Since the discoveries about height, other scientists have documented additional examples of natural selection on other complex human traits. A 2016 study analyzed the genomes of several thousand present-day Britons and found natural selection for increased height, blonder hair, bluer eyes, larger infant head size, larger female hip size, later growth spurt in males, and later age of puberty in females.36
These examples demonstrate that by leveraging the power of the whole genome to examine thousands of independent positions in the genome simultaneously, it is possible to get beyond the barrier that Molly Przeworski had identified—“Przeworski’s Limit”—by taking advantage of information that we now have about a large number of genetic variations at many
locations in the genome that have similar biological effects. We have such information from “genome-wide association studies,” which since 2005 have collected data from more than one million people with a variety of measured traits, thereby identifying more than ten thousand individual mutations that occur at significantly elevated frequency in people with particular traits, including height.37 The value of genome-wide association studies for understanding human health and disease has been contentious because the specific mutation changes that these studies have identified typically have such small effects that their results are hardly useful for predicting who gets a disease and who does not.38 But what is often overlooked is that genome-wide association studies have provided a powerful resource for investigating human evolutionary change over time.
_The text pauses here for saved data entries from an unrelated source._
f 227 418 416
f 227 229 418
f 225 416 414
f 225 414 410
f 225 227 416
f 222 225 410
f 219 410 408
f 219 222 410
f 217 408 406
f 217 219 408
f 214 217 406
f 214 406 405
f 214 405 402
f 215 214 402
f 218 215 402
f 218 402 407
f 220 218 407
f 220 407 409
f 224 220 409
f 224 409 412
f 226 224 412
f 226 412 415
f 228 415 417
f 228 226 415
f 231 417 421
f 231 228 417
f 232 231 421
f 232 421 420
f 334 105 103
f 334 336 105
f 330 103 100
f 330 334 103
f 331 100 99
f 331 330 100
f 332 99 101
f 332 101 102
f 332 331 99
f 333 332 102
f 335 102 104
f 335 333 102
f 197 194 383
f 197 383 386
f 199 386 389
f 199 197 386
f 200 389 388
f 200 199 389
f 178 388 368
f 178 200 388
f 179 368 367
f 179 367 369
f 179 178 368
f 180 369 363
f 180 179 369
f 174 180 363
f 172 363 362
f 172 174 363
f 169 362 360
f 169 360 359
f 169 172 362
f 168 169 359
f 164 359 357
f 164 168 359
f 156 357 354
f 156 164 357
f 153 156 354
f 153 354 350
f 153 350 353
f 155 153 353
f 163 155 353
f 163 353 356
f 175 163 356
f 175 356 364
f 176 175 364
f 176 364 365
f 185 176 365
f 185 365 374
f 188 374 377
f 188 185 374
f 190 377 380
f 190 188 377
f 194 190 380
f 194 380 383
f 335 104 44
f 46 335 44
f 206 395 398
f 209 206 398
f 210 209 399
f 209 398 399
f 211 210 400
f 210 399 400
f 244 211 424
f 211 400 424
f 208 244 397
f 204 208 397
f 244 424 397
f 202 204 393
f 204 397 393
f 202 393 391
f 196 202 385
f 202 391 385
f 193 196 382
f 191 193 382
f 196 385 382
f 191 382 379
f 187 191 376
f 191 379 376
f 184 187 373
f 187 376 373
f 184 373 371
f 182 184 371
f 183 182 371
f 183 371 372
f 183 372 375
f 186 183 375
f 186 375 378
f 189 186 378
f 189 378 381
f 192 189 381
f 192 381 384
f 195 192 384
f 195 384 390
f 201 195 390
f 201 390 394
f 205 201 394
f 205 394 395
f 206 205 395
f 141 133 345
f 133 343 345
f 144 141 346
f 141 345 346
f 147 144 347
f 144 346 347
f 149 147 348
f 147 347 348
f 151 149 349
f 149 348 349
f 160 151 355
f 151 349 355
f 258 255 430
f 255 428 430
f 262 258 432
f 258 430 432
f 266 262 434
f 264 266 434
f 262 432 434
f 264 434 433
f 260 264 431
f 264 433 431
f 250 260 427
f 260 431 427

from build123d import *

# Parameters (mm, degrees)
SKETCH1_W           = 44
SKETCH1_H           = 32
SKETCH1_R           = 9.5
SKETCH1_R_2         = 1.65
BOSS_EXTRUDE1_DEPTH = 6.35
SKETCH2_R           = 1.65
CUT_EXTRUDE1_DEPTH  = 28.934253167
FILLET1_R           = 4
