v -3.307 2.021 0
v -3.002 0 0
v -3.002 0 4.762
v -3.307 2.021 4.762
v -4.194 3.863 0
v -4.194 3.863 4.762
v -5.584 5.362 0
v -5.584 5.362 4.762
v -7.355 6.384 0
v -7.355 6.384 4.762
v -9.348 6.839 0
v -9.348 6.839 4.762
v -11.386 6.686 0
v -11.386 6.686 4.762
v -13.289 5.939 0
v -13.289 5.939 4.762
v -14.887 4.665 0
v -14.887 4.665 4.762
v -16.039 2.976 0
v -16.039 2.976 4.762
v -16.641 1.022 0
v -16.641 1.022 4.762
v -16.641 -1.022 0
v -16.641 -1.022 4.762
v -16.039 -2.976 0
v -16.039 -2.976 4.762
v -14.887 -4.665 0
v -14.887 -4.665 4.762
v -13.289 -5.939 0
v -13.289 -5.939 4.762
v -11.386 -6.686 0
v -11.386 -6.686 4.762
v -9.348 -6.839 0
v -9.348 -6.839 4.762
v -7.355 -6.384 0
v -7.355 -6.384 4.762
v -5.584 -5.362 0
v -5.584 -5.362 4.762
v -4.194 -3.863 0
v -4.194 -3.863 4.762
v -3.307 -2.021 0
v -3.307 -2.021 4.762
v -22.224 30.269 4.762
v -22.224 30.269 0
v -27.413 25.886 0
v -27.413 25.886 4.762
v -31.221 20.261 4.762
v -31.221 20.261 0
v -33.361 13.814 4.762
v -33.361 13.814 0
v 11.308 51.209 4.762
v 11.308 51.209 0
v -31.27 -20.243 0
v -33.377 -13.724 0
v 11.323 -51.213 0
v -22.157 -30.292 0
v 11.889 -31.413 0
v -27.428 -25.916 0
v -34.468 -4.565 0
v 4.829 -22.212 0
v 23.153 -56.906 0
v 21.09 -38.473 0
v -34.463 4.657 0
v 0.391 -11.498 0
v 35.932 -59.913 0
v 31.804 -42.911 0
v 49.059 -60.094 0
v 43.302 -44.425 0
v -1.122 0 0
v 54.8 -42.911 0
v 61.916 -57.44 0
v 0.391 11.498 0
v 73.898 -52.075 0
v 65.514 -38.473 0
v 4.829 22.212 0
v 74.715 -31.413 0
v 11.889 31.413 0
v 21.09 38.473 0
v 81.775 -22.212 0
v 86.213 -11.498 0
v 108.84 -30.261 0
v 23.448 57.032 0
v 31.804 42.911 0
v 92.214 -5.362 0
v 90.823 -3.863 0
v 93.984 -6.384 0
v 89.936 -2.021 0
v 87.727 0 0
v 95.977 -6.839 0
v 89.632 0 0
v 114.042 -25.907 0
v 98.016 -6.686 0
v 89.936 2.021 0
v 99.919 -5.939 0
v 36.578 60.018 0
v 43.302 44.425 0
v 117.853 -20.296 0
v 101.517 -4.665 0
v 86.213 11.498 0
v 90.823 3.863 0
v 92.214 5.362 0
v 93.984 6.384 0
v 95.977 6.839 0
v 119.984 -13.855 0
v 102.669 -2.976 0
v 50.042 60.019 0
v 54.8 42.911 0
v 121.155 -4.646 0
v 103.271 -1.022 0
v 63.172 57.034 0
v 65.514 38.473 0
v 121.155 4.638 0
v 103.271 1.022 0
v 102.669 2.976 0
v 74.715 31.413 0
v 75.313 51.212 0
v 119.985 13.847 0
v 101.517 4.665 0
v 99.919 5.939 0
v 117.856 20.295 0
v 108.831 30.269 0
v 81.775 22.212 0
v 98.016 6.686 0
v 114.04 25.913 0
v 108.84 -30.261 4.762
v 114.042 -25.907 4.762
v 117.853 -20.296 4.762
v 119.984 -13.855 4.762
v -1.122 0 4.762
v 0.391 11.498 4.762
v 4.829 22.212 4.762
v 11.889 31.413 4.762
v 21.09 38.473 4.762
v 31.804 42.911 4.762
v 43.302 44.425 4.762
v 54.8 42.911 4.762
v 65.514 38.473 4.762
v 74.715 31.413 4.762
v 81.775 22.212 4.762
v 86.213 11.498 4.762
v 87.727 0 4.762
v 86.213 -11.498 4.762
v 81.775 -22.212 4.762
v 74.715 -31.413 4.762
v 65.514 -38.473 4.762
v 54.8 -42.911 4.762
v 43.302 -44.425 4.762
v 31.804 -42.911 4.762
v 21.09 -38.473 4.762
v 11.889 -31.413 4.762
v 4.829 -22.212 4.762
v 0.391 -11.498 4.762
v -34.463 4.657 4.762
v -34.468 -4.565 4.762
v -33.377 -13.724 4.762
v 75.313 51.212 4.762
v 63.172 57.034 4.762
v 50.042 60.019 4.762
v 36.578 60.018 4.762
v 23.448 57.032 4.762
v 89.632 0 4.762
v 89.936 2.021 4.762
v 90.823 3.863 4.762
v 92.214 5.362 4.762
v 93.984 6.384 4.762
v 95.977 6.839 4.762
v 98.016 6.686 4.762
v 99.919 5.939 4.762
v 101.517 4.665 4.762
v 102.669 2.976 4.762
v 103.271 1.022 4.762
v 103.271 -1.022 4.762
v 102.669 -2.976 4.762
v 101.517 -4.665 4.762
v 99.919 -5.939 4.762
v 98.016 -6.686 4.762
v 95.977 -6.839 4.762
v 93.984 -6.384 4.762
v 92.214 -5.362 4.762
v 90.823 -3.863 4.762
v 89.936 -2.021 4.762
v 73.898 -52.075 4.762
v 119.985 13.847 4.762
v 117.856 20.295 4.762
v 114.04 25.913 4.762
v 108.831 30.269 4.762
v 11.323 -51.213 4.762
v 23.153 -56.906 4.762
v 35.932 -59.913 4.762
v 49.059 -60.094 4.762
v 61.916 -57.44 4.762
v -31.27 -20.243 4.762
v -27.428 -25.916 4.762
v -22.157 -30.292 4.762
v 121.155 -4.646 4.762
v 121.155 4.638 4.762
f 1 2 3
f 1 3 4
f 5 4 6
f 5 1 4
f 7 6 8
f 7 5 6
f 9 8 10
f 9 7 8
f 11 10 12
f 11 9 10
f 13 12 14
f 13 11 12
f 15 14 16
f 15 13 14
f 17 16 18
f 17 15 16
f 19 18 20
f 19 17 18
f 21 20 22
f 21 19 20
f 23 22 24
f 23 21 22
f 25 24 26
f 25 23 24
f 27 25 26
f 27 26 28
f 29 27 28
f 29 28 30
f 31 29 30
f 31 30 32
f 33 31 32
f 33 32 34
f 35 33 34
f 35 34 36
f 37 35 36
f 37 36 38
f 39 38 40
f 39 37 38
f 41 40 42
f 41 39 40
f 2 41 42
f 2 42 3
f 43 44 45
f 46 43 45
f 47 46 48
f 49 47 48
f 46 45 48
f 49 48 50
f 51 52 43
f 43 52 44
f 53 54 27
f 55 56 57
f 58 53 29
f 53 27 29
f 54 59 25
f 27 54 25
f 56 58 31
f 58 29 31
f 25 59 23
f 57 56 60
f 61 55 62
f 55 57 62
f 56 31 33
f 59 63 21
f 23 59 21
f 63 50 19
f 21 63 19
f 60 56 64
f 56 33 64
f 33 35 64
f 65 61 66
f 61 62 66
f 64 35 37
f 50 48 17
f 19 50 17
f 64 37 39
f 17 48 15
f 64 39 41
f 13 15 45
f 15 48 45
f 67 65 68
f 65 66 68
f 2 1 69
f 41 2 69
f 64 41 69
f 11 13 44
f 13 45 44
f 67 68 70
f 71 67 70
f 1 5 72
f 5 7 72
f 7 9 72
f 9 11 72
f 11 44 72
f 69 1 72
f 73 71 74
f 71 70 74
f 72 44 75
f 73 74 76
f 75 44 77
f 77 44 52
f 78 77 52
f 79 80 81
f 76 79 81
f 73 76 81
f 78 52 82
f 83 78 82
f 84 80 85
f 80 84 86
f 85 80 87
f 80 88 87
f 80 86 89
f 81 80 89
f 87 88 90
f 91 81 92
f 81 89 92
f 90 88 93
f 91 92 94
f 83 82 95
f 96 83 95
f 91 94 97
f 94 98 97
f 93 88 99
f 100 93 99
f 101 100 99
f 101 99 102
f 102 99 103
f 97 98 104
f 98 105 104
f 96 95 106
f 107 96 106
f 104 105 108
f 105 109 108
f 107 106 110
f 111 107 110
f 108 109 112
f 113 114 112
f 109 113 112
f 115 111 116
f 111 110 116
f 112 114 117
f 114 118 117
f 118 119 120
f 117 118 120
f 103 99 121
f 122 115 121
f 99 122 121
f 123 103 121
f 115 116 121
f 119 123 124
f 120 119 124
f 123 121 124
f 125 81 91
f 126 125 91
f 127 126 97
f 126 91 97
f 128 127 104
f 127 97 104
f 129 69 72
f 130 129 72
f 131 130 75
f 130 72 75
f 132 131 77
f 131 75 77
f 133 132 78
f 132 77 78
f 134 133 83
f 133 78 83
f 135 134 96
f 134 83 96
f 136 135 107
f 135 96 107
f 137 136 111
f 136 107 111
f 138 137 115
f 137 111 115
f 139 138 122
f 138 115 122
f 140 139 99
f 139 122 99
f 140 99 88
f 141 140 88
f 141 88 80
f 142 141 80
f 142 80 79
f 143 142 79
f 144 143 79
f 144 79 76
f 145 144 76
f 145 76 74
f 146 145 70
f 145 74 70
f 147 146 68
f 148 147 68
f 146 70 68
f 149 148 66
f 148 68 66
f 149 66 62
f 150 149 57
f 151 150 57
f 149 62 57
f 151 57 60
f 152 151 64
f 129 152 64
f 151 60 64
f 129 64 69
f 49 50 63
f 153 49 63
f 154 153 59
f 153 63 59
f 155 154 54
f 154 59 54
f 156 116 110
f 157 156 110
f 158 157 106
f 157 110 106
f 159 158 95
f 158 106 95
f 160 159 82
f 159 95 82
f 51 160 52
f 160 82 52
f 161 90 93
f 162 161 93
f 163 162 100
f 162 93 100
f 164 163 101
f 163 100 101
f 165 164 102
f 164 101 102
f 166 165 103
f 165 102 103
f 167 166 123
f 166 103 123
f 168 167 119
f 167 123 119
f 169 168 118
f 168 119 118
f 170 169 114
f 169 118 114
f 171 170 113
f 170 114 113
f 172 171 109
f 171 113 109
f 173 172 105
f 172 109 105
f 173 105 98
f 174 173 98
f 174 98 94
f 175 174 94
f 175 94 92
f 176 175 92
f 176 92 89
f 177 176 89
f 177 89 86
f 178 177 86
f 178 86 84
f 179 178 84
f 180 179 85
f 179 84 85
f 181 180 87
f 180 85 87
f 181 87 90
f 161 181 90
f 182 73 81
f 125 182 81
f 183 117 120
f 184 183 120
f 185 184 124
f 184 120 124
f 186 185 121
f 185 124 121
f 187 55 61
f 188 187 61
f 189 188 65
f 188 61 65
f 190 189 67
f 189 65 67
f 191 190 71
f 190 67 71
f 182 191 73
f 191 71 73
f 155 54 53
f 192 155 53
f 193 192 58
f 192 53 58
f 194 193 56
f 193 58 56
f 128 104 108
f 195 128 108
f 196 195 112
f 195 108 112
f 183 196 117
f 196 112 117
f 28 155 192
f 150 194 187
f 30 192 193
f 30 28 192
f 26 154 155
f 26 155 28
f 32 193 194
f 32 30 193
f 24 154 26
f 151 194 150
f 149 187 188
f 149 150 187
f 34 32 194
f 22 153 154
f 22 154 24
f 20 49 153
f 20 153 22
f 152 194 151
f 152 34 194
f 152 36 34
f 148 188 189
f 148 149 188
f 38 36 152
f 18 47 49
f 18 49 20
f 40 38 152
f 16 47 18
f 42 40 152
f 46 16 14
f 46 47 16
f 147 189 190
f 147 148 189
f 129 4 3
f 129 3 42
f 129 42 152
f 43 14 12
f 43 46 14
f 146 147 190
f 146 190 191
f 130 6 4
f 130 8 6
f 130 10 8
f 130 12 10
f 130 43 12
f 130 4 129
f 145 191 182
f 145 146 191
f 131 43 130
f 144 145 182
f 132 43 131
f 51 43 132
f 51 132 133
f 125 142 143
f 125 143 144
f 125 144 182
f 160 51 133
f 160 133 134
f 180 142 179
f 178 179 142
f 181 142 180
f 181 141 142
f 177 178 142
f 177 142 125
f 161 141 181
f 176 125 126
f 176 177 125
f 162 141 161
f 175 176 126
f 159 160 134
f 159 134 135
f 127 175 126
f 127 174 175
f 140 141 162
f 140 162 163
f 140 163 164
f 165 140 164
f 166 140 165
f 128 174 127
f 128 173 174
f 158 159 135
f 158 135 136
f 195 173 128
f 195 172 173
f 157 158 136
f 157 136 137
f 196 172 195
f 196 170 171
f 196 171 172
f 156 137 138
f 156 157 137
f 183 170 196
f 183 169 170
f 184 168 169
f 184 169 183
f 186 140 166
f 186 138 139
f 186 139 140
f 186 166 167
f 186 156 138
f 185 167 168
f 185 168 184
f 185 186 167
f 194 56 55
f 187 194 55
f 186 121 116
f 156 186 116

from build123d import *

# Parameters (mm, degrees)
F0_R     = 6.858
F1_DEPTH = 4.7625


with BuildPart() as f1:
    # F0 (on Top) → F1 (new body)
    with BuildSketch(Plane.XY):
        with BuildLine():
            ThreePointArc((-33.360649, 13.814234), (-34.603048, 0.046057), (-33.376957, -13.723581))
            ThreePointArc((-33.376957, -13.723581), (-29.549678, -23.21519), (-22.156792, -30.292191))
            Line((-22.156792, -30.292191), (11.323438, -51.212653))
            ThreePointArc((11.323438, -51.212653), (42.490556, -60.360838), (73.897804, -52.074505))
            Line((73.897804, -52.074505), (108.839764, -30.261436))
            ThreePointArc((108.839764, -30.261436), (116.142274, -23.23358), (119.984489, -13.855157))
            ThreePointArc((119.984489, -13.855157), (121.301479, -0.00415), (119.985359, 13.84694))
            ThreePointArc((119.985359, 13.84694), (116.14346, 23.236597), (108.83063, 30.26855))
            Line((108.83063, 30.26855), (75.312555, 51.212004))
            ThreePointArc((75.312555, 51.212004), (43.309839, 60.395046), (11.308, 51.208947))
            Line((11.308, 51.208947), (-22.223896, 30.269336))
            ThreePointArc((-22.223896, 30.269336), (-29.510199, 23.204472), (-33.360649, 13.814234))
        make_face()
        with Locations((-9.860053, 0)):
            Circle(F0_R, mode=Mode.SUBTRACT)
        with BuildLine():
            ThreePointArc((87.726747, 0), (43.302147, -44.4246), (-1.122453, 0))
            ThreePointArc((-1.122453, 0), (43.302147, 44.4246), (87.726747, 0))
        make_face(mode=Mode.SUBTRACT)
        with BuildLine():
            ThreePointArc((103.347747, 0), (96.489747, -6.858), (89.631747, 0))
            ThreePointArc((89.631747, 0), (96.489747, 6.858), (103.347747, 0))
        make_face(mode=Mode.SUBTRACT)
    extrude(amount=F1_DEPTH)


solid = f1.part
By testing whether the mutations identified by genome-wide association studies as affecting particular biological traits have all tended to shift in frequency in the same direction, we can obtain evidence of natural selection for specific biological traits.
As genome-wide association studies proceed, they are beginning to investigate human variation in cognitive and behavioral traits,39 and studies like these—such as the ones for height—will make it possible to explore whether the shift to behavioral modernity among our ancestors was driven by natural selection. This means that there is new hope for providing genetic insight into the mystery that puzzled Klein—the great change in human behavior suggested by the archaeological records of the Upper Paleolithic and Later Stone Age.